Multimodal Remediation Notes
Genre and Medium
- Genre: The form of writing (e.g., letter, report, email).
- Medium: How the writing is delivered (e.g., email, mail).
- Readers expect texts within a genre to follow certain conventions; these conventions provide creative freedom rather than limiting originality.
Adapting Persuasive Texts
- Writers may choose to reimagine a persuasive text in a different genre or medium depending on the rhetorical situation.
- Example: Converting a 15-page formal proposal for a dog park into a one-page flyer or a short video for social media.
- The argument needs to be modified to fit the new medium.
- Modifying requires knowing the audience and what will be most effective for them.
- Audience is crucial; it determines the success of the rhetoric.
- Consider what you want the audience to think, feel, or do and how to achieve your purpose based on their preferences, experiences, and knowledge.
- Sometimes words alone are insufficient; text medium must be modified to reach the target audience.
- Remediation: Representing one medium in another (Bolter & Grusen).
- Examples:
- Transforming a college essay into a documentary.
- Creating an informational website.
- Producing a pre-recorded PowerPoint presentation.
- Developing a video advertisement or a podcast.
- Remediation challenges you to rethink presentation and deepens understanding of the rhetorical situation.
Multimodal Composition
- Increasingly, communication involves multiple modes (print, digital, face-to-face) and mediums.
- Modes of Communication:
- Linguistic: Written or spoken words.
- Visual: Photos, drawings, videos.
- Oral: Speech or music.
- Spatial: Layout, white space, paragraph indents.
- Gestural: Body movement during a speech.
- Modern communication often enhances text with visual and audio components.
- All texts are multimodal to some extent (e.g., an essay has spatial elements like margins).
- Texts are considered multimodal when composed in a non-textual mode (video, images).
- Examples: Blogs, collages, scripts, timelines, podcasts, infographics, videos, presentations.
Analyzing the Rhetorical Situation
- Analyze the rhetorical situation to determine effective modes and mediums.

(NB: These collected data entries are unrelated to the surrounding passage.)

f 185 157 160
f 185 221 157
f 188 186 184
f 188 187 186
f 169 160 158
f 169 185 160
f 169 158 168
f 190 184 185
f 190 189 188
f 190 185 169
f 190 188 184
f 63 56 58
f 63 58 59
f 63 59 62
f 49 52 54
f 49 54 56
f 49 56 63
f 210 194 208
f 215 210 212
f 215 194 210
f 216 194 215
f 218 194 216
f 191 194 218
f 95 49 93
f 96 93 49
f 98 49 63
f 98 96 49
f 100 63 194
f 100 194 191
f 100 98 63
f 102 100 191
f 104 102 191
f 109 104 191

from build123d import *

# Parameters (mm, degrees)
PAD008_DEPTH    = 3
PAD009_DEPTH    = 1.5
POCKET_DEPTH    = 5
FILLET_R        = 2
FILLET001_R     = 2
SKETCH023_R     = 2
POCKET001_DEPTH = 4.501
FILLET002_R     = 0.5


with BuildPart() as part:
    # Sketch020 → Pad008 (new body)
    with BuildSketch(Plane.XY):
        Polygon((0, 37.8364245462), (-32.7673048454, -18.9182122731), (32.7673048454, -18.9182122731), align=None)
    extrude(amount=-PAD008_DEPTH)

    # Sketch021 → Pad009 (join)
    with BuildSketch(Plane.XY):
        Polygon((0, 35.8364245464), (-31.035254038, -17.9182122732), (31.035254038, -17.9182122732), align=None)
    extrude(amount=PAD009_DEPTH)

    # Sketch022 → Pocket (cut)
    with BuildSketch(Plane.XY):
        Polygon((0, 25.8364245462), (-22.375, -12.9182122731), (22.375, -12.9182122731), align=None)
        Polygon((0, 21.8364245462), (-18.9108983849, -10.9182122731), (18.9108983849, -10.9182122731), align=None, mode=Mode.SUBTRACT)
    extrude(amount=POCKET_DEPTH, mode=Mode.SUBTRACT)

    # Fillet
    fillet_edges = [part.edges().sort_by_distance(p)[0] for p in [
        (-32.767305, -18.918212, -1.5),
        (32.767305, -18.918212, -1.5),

- Rhetorical Situation: Any situation in which persuasive text is created or consumed.
- Consider:
- Audience.
- Genre.
- Occasion.
- Context.
- Medium (email, social media).
- Purpose. (The "who, what, when, where, how, and why" questions.)
- Changes in the rhetorical situation may require adapting the message to a new genre.

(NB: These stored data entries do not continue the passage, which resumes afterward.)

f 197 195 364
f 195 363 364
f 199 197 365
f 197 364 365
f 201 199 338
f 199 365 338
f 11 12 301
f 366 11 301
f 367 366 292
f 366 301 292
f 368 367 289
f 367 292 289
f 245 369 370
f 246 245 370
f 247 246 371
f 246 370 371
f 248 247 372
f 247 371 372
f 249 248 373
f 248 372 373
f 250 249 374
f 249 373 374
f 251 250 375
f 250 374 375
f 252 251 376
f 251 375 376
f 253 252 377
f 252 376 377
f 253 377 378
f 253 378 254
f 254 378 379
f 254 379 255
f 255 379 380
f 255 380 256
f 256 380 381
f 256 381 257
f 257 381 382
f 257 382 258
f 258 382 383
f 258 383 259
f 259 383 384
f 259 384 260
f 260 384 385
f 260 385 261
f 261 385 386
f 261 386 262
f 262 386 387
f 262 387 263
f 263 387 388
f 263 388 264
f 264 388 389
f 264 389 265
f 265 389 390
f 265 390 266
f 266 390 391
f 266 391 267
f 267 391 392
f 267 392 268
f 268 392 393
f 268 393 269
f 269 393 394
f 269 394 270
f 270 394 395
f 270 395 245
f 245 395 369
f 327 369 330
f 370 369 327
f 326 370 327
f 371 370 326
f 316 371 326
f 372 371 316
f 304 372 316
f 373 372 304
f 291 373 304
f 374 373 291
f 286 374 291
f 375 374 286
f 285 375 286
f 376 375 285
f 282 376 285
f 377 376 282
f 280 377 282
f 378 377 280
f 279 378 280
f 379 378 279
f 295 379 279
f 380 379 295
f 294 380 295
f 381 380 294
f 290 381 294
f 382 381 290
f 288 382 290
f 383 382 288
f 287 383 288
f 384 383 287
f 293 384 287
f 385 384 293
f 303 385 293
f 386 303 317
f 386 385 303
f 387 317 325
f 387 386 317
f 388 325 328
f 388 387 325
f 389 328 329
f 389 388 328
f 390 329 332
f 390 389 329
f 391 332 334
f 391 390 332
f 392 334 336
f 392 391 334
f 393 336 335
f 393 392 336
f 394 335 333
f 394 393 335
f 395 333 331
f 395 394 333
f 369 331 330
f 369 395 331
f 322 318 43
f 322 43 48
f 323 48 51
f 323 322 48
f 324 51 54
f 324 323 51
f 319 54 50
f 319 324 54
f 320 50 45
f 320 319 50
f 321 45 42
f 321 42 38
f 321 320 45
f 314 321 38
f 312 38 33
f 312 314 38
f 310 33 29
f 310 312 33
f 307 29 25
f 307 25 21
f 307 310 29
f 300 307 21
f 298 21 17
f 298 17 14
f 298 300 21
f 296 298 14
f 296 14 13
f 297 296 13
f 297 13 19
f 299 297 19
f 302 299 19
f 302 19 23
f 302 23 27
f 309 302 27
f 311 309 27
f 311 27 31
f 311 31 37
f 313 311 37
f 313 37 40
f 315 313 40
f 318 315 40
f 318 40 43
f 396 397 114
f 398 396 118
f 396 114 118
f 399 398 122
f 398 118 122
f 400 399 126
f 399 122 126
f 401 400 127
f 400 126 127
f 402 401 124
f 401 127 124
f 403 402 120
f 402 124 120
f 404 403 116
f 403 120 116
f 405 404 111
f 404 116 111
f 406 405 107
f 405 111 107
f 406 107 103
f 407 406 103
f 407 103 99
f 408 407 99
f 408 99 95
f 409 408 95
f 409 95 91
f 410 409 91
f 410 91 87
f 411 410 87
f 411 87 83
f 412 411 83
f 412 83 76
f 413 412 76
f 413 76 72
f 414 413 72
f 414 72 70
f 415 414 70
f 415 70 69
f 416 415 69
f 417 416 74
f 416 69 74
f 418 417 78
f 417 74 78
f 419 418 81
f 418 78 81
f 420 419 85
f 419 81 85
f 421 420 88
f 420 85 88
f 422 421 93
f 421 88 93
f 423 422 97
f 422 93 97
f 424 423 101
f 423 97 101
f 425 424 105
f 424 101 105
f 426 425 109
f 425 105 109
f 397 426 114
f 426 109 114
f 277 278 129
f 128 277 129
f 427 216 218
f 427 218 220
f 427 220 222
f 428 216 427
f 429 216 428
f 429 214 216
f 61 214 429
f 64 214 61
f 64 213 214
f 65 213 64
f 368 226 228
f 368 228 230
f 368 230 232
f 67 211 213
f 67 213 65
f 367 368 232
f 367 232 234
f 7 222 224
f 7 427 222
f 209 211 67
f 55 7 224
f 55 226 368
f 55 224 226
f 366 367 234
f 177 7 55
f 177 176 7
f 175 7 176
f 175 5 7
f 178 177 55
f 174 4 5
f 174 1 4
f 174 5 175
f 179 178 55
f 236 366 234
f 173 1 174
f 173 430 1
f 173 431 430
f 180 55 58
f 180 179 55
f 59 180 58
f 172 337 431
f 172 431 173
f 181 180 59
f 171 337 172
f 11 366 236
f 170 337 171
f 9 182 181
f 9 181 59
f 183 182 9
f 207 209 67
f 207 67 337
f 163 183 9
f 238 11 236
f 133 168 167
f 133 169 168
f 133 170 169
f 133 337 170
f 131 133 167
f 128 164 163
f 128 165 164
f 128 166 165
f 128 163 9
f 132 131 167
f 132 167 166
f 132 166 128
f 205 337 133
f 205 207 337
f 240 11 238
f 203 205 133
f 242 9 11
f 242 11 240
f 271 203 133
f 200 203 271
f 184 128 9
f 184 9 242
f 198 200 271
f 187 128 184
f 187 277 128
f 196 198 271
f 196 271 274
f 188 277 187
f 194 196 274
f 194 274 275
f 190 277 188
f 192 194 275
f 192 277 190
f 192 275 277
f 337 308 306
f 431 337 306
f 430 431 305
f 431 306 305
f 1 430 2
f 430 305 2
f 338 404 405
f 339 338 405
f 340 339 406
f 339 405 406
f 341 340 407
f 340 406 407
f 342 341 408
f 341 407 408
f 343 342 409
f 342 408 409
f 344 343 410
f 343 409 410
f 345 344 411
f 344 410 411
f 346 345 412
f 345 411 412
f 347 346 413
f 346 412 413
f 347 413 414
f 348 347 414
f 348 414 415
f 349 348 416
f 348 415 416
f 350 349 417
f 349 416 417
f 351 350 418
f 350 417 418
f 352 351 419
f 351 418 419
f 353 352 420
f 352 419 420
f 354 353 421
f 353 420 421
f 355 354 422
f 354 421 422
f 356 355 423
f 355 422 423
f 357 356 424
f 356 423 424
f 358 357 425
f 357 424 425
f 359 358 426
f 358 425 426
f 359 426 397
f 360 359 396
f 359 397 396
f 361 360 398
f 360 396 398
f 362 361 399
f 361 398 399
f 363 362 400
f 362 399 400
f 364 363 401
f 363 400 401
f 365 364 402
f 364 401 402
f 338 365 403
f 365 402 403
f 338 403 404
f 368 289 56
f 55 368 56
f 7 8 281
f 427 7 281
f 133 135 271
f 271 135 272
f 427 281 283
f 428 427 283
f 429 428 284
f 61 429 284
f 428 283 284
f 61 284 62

- Example: Scientific study results adapted for a film documentary for a general audience.
- Simplifying information and using visuals to explain complex points.
- Remediate a research paper into a multimodal form (PowerPoint, Keynote, Prezi, Canva) with voice-over narration.
- Share your research paper's argument with important stakeholders who care about your issue.
- Target audience examples: executive-level business people, government officials, university staff, undergraduate students, or parents.
- Inform your audience about your research topic and persuade them to agree with your argument.
- The assignment should use both visuals and language to persuade the audience.
Presentation Skills
- Presenting research clearly and confidently is a crucial skill.
- Presentations use multiple modes (linguistic, gestural, spatial).
- Incorporate design elements like headings, graphics, tables, illustrations, photographs, hyperlinks, memes, audio/film clips, and infographics.
- Assess the rhetorical situation to create an effective presentation.
- Consider audience knowledge, feelings, potential objections, and expected media.
- Context affects content and delivery (classroom, auditorium, online).
- Preparing a presentation is nonlinear but support is available.
Presentation Requirements
- Do not read the entire paper in the video.
- Develop a script and present live.
- Script Outline:
- Introduction.
- Reasons for your argument.
- Evidence for each reason.
- Conclusion.
- Use a storyboard structure to organize your presentation.
- Focus on preparing a good introduction and conclusion.